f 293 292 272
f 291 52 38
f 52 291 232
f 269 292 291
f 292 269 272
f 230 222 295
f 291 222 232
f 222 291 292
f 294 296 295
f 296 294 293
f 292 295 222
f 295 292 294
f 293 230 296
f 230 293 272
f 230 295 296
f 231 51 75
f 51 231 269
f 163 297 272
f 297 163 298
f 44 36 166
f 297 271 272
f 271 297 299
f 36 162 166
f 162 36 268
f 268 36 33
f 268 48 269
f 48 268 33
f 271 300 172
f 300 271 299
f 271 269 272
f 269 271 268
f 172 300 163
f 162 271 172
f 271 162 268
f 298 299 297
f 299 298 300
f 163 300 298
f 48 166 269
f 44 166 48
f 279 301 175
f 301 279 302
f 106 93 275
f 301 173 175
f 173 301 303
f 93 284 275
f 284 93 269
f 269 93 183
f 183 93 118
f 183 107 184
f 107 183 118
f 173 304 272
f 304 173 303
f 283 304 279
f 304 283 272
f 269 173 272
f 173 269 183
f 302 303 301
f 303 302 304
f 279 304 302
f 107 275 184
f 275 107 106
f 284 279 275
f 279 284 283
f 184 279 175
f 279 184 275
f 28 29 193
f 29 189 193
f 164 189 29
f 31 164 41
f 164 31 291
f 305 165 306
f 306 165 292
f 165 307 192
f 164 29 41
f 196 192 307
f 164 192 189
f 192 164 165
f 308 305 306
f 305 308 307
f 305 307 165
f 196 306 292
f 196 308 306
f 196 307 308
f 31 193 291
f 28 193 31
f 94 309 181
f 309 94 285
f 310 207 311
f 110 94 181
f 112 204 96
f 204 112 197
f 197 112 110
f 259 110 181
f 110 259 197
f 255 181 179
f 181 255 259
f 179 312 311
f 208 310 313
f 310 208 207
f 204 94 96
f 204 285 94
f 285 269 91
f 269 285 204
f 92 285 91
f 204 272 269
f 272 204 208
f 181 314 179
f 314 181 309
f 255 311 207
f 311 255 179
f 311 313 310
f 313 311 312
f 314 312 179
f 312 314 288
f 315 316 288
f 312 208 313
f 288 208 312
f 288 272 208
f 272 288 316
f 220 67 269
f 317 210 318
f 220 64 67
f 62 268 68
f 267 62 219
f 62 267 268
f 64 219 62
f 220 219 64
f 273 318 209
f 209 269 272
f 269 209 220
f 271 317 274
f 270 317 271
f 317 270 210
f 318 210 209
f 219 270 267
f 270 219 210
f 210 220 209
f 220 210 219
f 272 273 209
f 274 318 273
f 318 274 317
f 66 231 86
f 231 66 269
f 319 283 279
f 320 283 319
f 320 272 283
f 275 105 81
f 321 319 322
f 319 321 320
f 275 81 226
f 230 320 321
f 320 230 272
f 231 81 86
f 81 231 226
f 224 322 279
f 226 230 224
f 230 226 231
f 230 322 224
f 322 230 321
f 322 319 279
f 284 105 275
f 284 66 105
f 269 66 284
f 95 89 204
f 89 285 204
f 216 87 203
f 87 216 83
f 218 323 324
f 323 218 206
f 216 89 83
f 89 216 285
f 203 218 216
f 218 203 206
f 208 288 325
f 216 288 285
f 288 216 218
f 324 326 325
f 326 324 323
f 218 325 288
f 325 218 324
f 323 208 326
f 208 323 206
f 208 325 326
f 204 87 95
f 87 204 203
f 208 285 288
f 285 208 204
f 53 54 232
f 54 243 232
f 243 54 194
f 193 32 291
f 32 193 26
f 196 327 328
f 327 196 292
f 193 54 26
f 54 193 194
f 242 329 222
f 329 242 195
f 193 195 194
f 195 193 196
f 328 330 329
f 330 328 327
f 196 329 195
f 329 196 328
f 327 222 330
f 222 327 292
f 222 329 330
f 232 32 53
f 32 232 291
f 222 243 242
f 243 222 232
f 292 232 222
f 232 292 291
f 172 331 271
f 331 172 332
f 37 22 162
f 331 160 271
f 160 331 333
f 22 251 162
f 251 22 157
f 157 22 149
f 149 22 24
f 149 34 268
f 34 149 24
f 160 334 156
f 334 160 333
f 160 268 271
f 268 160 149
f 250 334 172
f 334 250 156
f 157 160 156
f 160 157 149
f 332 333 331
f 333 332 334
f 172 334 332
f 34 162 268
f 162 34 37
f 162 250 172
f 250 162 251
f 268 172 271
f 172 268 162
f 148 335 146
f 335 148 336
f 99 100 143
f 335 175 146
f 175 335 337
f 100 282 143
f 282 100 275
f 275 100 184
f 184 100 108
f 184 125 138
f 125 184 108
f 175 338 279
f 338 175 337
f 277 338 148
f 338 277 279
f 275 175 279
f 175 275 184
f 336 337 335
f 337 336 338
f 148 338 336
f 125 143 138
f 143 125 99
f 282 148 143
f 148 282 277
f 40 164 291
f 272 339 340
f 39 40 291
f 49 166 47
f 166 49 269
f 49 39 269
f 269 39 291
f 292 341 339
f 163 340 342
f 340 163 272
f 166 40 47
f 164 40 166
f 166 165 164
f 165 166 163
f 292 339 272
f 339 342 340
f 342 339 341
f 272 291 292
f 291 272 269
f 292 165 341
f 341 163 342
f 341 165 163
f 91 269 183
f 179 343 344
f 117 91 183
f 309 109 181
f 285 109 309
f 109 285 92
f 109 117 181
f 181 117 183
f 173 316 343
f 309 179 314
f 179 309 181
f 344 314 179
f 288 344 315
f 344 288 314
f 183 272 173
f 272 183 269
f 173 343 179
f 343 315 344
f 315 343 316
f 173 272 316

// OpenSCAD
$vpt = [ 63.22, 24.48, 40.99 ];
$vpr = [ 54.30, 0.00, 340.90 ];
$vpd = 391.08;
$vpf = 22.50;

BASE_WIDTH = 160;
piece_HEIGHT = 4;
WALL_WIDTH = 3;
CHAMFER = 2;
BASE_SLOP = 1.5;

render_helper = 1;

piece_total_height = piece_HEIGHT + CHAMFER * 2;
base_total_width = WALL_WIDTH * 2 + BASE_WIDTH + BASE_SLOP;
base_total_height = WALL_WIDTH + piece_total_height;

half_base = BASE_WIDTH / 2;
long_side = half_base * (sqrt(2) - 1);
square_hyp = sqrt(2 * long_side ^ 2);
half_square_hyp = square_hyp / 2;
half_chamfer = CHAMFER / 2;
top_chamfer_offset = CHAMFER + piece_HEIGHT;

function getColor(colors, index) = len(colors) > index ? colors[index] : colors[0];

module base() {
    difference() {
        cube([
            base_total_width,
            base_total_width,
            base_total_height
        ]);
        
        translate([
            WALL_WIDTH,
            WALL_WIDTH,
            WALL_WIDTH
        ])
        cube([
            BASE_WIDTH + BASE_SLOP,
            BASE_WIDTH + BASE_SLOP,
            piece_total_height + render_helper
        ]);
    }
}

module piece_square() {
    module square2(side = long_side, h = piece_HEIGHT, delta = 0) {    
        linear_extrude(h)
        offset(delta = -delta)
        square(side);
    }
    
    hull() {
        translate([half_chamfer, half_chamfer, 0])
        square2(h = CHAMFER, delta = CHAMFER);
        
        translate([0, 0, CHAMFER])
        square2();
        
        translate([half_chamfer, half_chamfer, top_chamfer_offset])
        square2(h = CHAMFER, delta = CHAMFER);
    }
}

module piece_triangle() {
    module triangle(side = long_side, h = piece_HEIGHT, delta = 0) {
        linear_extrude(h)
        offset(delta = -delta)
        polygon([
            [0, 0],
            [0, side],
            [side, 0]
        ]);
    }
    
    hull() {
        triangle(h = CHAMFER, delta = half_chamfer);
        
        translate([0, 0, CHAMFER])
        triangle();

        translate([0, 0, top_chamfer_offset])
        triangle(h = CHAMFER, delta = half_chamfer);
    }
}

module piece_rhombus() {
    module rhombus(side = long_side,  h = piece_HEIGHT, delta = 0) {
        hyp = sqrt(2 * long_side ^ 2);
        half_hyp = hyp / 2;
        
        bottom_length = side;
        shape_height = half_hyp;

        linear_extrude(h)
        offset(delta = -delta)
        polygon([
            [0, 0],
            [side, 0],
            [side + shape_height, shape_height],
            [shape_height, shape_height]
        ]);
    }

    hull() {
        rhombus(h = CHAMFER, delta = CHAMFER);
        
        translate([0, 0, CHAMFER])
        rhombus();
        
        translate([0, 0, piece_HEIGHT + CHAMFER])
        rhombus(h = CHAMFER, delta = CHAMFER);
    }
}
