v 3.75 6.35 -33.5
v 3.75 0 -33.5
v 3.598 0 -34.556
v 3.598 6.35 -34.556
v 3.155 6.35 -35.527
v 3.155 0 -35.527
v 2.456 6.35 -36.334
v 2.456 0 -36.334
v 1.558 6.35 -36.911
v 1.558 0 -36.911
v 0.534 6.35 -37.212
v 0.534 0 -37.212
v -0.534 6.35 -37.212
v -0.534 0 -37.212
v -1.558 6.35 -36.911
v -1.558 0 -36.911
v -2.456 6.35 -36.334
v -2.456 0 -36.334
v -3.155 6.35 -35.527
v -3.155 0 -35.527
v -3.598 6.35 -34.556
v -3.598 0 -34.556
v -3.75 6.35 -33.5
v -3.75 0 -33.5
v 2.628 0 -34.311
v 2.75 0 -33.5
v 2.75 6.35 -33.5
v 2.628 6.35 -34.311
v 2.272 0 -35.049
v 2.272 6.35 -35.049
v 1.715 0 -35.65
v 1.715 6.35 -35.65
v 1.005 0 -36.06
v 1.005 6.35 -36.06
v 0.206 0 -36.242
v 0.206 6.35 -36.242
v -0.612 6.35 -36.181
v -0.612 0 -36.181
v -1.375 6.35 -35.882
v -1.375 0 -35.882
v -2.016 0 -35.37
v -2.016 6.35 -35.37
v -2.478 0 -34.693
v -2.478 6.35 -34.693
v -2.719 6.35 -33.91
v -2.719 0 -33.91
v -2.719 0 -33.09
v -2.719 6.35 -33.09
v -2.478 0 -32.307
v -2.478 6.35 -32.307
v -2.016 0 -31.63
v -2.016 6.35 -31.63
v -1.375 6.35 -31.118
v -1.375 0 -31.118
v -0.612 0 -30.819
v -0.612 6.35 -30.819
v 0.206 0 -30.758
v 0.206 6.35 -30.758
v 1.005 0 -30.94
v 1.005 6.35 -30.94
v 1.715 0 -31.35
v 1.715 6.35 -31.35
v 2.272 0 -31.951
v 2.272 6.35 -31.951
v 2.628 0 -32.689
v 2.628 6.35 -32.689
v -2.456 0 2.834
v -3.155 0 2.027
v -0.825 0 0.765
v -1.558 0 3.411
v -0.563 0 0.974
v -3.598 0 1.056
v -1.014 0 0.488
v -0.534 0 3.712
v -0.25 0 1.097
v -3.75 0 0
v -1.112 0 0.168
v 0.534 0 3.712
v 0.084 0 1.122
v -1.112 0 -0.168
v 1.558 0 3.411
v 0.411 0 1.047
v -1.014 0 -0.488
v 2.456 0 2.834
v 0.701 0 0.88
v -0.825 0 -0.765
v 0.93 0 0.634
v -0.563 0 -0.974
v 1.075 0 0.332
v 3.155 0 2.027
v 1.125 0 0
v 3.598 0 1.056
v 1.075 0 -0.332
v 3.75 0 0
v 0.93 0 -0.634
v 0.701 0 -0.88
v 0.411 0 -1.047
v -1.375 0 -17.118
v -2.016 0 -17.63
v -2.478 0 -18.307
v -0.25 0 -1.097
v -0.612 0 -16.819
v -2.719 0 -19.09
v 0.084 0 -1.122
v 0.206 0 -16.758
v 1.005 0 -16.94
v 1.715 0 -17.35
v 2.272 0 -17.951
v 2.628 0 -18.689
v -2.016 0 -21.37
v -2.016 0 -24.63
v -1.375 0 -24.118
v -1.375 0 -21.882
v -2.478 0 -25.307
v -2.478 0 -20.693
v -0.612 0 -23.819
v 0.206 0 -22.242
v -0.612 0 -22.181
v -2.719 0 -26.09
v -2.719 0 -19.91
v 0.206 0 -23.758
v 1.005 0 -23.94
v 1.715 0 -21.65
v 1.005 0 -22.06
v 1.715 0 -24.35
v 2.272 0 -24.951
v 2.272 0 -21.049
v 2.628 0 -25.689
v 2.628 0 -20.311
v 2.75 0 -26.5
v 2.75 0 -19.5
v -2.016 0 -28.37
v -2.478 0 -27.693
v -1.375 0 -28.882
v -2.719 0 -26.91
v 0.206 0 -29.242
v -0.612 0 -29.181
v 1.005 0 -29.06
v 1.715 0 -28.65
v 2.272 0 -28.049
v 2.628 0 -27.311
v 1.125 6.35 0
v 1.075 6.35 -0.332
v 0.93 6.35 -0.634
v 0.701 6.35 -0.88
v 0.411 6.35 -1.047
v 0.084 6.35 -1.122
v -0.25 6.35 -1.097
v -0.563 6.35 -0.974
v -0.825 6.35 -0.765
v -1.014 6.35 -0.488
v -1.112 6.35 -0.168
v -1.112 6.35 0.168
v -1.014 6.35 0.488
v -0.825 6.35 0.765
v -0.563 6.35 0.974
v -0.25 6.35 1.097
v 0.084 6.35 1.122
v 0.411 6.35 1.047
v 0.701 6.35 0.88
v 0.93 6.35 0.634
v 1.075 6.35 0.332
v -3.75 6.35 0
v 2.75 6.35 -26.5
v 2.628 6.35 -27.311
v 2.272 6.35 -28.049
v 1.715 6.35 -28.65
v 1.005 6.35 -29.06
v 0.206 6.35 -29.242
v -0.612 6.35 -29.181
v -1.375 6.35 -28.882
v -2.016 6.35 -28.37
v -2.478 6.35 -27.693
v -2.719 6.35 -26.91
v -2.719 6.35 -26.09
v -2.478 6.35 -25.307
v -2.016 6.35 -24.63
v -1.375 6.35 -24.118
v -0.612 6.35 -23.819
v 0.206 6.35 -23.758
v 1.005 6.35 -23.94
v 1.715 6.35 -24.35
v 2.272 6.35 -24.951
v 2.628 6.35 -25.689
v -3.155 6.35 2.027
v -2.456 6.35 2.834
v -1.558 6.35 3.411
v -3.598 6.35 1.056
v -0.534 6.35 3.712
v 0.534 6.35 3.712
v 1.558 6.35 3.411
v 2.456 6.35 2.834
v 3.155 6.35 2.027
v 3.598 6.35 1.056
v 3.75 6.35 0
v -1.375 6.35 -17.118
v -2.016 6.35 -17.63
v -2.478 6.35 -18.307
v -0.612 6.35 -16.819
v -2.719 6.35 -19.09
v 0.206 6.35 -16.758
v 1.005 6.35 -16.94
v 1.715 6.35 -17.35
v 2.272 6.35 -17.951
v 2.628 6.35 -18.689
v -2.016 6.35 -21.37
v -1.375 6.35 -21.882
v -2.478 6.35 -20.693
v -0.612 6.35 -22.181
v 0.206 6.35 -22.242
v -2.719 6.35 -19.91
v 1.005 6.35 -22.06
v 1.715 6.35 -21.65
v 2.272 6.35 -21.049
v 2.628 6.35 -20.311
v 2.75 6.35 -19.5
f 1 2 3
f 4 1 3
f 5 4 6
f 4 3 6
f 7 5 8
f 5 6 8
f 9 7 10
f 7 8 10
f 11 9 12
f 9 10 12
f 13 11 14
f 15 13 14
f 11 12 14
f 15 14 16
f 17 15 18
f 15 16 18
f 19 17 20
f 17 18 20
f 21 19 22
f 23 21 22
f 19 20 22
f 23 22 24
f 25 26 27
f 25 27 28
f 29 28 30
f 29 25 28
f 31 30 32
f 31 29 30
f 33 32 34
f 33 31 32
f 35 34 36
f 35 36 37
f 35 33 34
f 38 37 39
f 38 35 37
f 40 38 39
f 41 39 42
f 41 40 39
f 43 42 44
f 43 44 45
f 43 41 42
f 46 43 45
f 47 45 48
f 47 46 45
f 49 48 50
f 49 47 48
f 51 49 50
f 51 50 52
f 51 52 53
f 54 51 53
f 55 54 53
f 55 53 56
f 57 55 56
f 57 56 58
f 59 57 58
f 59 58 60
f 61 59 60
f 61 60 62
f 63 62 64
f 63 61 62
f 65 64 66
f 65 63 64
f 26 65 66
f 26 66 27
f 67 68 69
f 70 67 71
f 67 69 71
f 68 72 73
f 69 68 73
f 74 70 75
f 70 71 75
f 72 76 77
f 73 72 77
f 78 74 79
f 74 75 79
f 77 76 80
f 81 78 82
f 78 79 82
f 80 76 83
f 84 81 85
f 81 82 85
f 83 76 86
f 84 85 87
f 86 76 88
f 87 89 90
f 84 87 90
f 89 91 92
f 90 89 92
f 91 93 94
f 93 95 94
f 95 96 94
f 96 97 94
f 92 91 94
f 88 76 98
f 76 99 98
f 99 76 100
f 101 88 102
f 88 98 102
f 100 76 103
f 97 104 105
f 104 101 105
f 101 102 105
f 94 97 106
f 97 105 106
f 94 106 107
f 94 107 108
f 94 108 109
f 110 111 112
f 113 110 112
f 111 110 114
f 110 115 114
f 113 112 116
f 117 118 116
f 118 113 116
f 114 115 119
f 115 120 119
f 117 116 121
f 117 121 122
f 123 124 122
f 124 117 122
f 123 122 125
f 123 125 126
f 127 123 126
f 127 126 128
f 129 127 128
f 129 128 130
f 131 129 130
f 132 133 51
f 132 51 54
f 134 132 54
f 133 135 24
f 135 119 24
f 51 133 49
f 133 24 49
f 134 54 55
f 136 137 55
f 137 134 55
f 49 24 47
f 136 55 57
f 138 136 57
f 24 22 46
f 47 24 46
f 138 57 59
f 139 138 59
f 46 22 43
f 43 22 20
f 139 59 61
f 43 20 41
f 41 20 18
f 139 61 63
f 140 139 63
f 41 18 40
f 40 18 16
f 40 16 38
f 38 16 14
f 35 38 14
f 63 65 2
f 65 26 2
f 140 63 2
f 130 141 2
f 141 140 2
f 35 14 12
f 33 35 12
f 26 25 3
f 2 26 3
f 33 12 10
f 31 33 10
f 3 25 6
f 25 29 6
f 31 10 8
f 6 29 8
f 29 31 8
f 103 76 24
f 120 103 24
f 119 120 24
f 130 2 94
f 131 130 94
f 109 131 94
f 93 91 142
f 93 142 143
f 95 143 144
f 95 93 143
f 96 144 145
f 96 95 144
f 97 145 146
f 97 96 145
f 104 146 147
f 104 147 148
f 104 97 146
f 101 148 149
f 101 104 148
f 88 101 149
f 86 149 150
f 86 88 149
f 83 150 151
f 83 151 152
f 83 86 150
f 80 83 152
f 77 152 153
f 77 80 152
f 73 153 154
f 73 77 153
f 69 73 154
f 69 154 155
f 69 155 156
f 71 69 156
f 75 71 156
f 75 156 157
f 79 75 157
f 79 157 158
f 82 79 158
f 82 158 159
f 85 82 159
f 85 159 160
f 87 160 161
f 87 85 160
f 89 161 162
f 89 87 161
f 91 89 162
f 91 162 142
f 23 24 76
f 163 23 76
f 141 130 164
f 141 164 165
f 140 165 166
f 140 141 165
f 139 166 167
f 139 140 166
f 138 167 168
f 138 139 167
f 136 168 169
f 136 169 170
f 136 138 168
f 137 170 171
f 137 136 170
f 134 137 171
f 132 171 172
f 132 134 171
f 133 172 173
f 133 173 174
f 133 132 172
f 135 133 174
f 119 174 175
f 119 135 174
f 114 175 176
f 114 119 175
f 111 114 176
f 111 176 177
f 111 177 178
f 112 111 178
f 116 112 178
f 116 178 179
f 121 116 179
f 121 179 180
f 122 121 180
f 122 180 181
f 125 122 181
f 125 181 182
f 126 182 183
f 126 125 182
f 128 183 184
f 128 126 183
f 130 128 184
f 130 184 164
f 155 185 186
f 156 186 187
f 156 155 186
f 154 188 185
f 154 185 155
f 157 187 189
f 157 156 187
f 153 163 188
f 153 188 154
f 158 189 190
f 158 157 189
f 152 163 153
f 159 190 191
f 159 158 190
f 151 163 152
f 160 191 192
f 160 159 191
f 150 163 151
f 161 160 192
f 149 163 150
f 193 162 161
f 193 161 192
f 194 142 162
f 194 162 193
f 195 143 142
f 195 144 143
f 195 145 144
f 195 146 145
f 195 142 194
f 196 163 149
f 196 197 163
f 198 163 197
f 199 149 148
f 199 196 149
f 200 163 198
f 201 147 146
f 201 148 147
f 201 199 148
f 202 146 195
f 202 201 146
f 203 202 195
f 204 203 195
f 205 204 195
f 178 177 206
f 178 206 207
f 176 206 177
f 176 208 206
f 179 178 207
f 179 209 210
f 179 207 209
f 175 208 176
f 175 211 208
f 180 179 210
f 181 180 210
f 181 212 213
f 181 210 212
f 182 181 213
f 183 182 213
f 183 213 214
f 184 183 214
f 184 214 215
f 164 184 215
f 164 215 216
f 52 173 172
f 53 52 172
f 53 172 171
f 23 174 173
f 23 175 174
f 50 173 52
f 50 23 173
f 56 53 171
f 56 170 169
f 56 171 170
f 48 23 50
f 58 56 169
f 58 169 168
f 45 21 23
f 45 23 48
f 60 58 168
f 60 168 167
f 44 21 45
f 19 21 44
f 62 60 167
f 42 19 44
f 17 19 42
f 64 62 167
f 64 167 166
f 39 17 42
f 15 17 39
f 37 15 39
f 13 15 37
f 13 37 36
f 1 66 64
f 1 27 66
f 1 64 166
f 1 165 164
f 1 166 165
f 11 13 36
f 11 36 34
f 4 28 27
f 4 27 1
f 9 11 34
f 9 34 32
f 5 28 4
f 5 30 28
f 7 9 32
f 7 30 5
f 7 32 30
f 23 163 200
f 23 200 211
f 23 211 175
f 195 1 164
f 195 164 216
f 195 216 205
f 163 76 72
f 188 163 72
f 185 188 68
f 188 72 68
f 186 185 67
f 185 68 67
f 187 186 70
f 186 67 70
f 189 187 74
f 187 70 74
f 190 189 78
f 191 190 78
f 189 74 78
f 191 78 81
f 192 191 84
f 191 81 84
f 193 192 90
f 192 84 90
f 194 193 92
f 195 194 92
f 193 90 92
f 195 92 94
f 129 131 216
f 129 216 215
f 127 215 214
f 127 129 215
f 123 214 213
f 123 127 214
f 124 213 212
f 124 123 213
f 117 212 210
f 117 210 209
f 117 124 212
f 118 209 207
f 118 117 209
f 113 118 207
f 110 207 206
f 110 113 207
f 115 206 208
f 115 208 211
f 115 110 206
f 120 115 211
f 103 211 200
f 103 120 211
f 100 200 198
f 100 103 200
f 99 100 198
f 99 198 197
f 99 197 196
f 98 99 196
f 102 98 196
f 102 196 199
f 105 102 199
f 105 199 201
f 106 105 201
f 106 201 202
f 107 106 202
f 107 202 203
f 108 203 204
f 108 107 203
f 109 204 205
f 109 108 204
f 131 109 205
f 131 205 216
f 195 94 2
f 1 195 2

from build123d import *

# Parameters (mm, degrees)
SKETCH1_R           = 1.125
SKETCH1_R_2         = 2.75
BOSS_EXTRUDE1_DEPTH = 6.35
SKETCH2_R           = 2.75
CUT_EXTRUDE2_DEPTH  = 6.35


with BuildPart() as part:
    # Sketch1 → Boss-Extrude1 (new body)
    with BuildSketch(Plane(origin=(0, 0, 0), x_dir=(1, 0, 0), z_dir=(0, 1, 0))):
        with BuildLine():
            Line((-3.75, 33.5), (-3.75, 0))
            ThreePointArc((-3.75, 0), (0, -3.75), (3.75, 0))
            Line((3.75, 0), (3.75, 33.5))
            ThreePointArc((3.75, 33.5), (0, 37.25), (-3.75, 33.5))
        make_face()
        Circle(SKETCH1_R, mode=Mode.SUBTRACT)
        with Locations((0, 33.5)):
            Circle(SKETCH1_R_2, mode=Mode.SUBTRACT)
    extrude(amount=BOSS_EXTRUDE1_DEPTH)

    # Sketch2 → Cut-Extrude2 (cut)
    with BuildSketch(Plane(origin=(0, 0, 0), x_dir=(1, 0, 0), z_dir=(0, 1, 0))):
        with Locations((0, 33.5)):
            Circle(SKETCH2_R)
        with Locations((0, 19.5)):
            Circle(SKETCH2_R)
        with Locations((0, 26.5)):
            Circle(SKETCH2_R)
    extrude(amount=CUT_EXTRUDE2_DEPTH, mode=Mode.SUBTRACT)


solid = part.part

****************************************

■ What you have to do ■
Would you please transcribe the lines above exactly, starting with the first line of the material and ending with the line that has "f 271 300 172"?

■ Answer box ■
f 293 292 272
f 291 52 38
f 52 291 232
f 269 292 291
f 292 269 272
f 230 222 295
f 291 222 232
f 222 291 292
f 294 296 295
f 296 294 293
f 292 295 222
f 295 292 294
f 293 230 296
f 230 293 272
f 230 295 296
f 231 51 75
f 51 231 269
f 163 297 272
f 297 163 298
f 44 36 166
f 297 271 272
f 271 297 299
f 36 162 166
f 162 36 268
f 268 36 33
f 268 48 269
f 48 268 33
f 271 300 172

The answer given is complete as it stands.